Give the lines below again exactly, starting with the line that holds "e65 v28 v52 LINE" and going on through the line that holds "e67 v53 v51".

── Data to process

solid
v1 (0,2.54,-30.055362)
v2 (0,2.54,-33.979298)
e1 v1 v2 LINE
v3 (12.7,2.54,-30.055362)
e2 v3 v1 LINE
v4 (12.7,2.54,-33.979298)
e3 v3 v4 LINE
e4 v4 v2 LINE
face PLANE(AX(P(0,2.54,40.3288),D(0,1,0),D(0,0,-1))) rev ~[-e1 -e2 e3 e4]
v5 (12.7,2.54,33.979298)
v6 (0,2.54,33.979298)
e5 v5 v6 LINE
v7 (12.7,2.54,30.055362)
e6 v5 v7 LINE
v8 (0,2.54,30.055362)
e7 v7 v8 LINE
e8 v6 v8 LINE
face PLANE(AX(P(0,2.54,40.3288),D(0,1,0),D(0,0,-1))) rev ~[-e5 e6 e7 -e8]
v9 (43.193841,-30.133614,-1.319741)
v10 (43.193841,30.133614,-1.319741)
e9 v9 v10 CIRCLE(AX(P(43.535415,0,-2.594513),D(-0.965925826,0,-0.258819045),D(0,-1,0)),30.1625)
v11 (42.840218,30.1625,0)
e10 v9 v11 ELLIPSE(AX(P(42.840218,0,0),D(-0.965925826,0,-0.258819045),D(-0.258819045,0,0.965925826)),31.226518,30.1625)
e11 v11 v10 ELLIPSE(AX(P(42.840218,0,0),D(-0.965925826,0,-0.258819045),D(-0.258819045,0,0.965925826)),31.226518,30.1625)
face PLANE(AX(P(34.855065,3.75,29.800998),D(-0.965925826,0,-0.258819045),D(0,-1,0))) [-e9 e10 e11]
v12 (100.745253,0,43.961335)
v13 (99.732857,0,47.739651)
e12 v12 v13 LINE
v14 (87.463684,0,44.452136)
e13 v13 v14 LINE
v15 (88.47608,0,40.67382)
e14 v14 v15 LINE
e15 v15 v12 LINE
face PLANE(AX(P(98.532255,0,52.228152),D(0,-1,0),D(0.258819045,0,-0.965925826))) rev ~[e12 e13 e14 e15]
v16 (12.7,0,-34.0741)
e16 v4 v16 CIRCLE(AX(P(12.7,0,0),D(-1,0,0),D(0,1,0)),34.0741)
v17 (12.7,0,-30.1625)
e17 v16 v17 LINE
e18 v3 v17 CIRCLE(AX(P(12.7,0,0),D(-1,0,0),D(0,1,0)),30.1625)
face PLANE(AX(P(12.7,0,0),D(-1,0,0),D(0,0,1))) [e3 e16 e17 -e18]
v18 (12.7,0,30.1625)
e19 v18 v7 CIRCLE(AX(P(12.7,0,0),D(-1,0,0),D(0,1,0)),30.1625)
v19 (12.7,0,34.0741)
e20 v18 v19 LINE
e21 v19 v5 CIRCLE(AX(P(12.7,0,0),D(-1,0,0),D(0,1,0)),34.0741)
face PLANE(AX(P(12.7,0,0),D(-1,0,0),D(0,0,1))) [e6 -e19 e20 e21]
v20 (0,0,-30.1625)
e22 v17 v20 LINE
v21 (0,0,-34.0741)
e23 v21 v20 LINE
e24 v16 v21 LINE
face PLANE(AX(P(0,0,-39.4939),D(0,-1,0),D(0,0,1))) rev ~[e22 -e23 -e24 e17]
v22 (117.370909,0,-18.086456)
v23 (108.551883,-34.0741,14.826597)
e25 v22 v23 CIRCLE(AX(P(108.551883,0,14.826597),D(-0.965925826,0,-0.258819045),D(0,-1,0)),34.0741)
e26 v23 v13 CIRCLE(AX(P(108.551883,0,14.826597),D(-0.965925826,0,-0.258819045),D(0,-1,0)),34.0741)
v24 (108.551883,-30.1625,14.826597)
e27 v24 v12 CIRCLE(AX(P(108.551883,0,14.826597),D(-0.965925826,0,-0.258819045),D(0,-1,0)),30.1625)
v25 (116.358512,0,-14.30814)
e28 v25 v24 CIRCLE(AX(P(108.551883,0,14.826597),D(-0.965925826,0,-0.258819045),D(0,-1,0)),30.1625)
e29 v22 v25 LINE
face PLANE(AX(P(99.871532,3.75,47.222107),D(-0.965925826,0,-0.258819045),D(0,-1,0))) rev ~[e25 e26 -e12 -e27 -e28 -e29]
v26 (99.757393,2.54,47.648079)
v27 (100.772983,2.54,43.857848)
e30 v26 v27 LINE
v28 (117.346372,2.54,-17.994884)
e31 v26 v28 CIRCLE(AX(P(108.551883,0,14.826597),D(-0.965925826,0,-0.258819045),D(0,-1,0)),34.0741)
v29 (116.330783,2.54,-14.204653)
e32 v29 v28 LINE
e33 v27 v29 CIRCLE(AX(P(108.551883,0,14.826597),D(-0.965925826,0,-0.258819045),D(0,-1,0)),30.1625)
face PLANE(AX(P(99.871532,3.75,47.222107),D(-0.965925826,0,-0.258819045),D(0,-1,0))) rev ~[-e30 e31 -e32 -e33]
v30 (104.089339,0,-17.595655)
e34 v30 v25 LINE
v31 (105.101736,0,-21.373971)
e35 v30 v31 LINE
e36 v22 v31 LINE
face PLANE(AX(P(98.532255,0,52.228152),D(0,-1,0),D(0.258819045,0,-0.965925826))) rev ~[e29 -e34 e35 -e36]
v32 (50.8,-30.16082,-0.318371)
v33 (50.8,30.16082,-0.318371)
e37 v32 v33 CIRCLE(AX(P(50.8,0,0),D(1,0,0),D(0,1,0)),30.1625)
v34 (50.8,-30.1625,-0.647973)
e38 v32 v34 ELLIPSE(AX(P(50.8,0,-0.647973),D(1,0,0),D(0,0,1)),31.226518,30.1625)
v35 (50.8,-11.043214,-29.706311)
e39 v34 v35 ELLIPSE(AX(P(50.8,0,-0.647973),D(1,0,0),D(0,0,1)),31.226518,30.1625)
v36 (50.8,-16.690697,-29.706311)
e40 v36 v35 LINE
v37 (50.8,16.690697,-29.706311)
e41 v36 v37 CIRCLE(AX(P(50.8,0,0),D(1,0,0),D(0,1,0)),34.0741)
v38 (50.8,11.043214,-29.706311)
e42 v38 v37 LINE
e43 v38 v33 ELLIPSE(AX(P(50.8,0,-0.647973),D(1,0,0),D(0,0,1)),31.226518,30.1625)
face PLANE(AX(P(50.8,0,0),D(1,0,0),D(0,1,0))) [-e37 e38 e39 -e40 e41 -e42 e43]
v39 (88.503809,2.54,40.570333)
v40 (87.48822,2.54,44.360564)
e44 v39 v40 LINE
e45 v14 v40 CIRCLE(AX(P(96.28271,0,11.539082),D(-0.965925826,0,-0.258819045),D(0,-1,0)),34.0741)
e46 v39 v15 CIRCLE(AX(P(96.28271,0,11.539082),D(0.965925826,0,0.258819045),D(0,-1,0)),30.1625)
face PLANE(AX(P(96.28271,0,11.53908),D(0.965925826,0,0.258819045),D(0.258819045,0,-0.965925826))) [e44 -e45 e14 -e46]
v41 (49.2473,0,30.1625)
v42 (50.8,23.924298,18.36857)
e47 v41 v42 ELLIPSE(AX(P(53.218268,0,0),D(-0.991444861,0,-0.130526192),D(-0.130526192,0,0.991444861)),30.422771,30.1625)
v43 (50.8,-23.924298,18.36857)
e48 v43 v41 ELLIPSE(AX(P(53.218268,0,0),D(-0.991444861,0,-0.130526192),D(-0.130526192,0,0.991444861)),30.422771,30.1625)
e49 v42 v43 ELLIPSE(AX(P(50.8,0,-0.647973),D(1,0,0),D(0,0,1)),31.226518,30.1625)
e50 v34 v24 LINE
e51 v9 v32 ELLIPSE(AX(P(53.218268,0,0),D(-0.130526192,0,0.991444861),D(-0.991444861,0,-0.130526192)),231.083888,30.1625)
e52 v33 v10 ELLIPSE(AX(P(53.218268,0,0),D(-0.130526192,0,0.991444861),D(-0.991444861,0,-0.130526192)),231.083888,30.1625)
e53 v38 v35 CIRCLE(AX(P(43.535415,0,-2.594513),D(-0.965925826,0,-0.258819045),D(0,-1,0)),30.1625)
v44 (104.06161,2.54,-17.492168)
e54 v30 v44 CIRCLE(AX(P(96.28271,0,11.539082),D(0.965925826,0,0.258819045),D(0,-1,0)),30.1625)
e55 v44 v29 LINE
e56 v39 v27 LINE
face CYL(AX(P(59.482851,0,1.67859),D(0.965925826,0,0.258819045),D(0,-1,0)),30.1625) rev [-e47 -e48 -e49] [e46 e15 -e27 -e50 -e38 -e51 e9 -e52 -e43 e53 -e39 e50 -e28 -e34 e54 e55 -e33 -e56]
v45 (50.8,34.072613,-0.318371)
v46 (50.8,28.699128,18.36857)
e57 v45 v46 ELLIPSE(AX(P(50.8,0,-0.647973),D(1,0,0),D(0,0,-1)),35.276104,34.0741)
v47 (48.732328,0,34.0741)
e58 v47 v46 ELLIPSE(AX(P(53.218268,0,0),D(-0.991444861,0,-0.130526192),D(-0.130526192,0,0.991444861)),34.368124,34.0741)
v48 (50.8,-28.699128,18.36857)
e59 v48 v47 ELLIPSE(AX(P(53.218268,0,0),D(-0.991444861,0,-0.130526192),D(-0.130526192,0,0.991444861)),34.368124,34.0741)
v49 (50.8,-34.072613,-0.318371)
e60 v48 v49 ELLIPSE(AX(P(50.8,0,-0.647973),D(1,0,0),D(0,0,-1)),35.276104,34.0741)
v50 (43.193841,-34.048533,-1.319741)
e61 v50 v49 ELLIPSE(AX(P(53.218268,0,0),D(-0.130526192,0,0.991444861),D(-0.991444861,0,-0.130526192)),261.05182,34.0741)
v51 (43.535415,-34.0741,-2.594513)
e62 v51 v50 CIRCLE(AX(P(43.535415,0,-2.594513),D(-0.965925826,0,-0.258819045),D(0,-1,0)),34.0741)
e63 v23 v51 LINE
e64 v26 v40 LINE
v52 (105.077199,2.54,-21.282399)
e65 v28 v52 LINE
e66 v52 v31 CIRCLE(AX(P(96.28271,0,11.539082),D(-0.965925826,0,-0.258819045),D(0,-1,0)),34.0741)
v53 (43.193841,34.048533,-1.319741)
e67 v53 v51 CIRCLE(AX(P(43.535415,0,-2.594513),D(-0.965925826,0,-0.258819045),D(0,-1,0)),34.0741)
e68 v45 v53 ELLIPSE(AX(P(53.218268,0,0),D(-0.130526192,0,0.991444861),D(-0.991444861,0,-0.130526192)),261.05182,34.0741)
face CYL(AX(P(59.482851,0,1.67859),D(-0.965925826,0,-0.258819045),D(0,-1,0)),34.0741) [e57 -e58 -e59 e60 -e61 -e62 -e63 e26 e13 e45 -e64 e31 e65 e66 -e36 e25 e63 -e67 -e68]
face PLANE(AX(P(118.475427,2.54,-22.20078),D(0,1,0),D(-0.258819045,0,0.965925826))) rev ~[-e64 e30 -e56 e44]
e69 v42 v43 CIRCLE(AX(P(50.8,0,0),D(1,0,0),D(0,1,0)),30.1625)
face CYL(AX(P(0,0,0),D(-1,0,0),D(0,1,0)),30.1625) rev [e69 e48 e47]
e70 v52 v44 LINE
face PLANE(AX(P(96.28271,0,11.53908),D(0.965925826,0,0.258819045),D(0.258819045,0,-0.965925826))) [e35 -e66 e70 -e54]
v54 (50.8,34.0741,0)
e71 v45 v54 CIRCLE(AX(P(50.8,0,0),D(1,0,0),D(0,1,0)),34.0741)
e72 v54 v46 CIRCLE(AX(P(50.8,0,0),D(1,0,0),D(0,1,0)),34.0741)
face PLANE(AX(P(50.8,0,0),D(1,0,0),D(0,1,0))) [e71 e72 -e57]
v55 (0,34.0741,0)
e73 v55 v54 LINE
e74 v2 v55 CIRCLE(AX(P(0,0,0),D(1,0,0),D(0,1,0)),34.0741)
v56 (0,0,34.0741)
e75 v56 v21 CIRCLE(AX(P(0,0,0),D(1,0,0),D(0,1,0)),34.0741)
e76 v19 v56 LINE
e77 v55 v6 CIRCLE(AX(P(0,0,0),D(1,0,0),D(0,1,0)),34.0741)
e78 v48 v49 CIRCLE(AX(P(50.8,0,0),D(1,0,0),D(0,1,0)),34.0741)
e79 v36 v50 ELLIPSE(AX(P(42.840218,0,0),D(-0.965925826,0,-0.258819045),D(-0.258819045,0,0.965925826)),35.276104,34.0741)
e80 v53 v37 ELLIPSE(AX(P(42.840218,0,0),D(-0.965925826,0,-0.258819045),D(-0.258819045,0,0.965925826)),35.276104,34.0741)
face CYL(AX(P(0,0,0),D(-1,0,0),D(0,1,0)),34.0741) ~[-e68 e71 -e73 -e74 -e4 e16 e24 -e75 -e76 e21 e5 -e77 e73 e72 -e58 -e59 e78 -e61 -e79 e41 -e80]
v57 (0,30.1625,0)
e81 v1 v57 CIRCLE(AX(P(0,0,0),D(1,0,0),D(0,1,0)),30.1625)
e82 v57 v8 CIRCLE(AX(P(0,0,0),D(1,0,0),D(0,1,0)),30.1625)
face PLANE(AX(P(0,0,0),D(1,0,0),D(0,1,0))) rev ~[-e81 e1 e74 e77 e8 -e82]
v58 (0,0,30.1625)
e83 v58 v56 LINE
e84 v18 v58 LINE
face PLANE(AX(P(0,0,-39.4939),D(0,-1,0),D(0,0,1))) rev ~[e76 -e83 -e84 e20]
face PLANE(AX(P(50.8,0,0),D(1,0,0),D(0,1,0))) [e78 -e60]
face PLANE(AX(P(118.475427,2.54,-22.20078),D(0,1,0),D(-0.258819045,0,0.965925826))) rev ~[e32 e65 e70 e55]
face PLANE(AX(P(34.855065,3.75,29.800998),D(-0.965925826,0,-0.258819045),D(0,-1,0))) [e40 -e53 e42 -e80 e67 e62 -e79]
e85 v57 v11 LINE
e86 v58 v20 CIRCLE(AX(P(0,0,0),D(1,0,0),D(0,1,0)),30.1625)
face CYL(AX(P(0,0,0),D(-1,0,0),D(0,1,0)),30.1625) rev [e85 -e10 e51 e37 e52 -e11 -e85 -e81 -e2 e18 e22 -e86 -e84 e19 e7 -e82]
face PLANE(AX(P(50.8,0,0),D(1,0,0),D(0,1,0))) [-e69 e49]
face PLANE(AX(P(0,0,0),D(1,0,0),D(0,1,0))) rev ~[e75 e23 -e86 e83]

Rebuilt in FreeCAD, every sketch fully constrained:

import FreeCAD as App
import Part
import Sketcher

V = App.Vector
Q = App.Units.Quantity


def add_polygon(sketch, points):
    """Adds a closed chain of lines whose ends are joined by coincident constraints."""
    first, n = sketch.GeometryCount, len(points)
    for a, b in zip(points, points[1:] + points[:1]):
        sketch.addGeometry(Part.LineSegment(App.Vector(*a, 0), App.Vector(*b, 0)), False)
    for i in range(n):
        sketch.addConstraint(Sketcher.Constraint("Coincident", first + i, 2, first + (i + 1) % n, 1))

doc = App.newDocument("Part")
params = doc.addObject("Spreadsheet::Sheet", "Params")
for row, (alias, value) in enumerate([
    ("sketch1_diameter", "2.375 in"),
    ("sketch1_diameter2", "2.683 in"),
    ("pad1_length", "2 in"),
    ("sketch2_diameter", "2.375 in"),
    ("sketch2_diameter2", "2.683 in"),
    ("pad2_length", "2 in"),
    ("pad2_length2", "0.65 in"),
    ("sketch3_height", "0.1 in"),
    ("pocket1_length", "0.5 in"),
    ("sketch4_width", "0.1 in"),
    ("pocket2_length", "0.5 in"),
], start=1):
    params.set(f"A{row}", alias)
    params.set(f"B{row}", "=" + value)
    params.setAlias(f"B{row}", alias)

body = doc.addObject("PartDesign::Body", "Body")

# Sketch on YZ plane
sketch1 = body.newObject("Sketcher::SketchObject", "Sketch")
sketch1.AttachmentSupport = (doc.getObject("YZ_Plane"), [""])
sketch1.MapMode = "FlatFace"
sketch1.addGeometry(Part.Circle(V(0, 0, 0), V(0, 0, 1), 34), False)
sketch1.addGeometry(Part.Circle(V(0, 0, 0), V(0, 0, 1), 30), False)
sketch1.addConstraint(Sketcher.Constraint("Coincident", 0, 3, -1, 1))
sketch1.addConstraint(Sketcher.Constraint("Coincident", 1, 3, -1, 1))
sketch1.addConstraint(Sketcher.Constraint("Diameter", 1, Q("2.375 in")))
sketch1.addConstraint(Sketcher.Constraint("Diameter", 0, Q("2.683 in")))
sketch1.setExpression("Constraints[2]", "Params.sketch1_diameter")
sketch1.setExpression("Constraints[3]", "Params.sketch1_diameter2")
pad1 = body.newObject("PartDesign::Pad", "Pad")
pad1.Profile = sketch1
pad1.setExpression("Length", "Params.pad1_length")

────

Task answer:
e65 v28 v52 LINE
e66 v52 v31 CIRCLE(AX(P(96.28271,0,11.539082),D(-0.965925826,0,-0.258819045),D(0,-1,0)),34.0741)
v53 (43.193841,34.048533,-1.319741)
e67 v53 v51 CIRCLE(AX(P(43.535415,0,-2.594513),D(-0.965925826,0,-0.258819045),D(0,-1,0)),34.0741)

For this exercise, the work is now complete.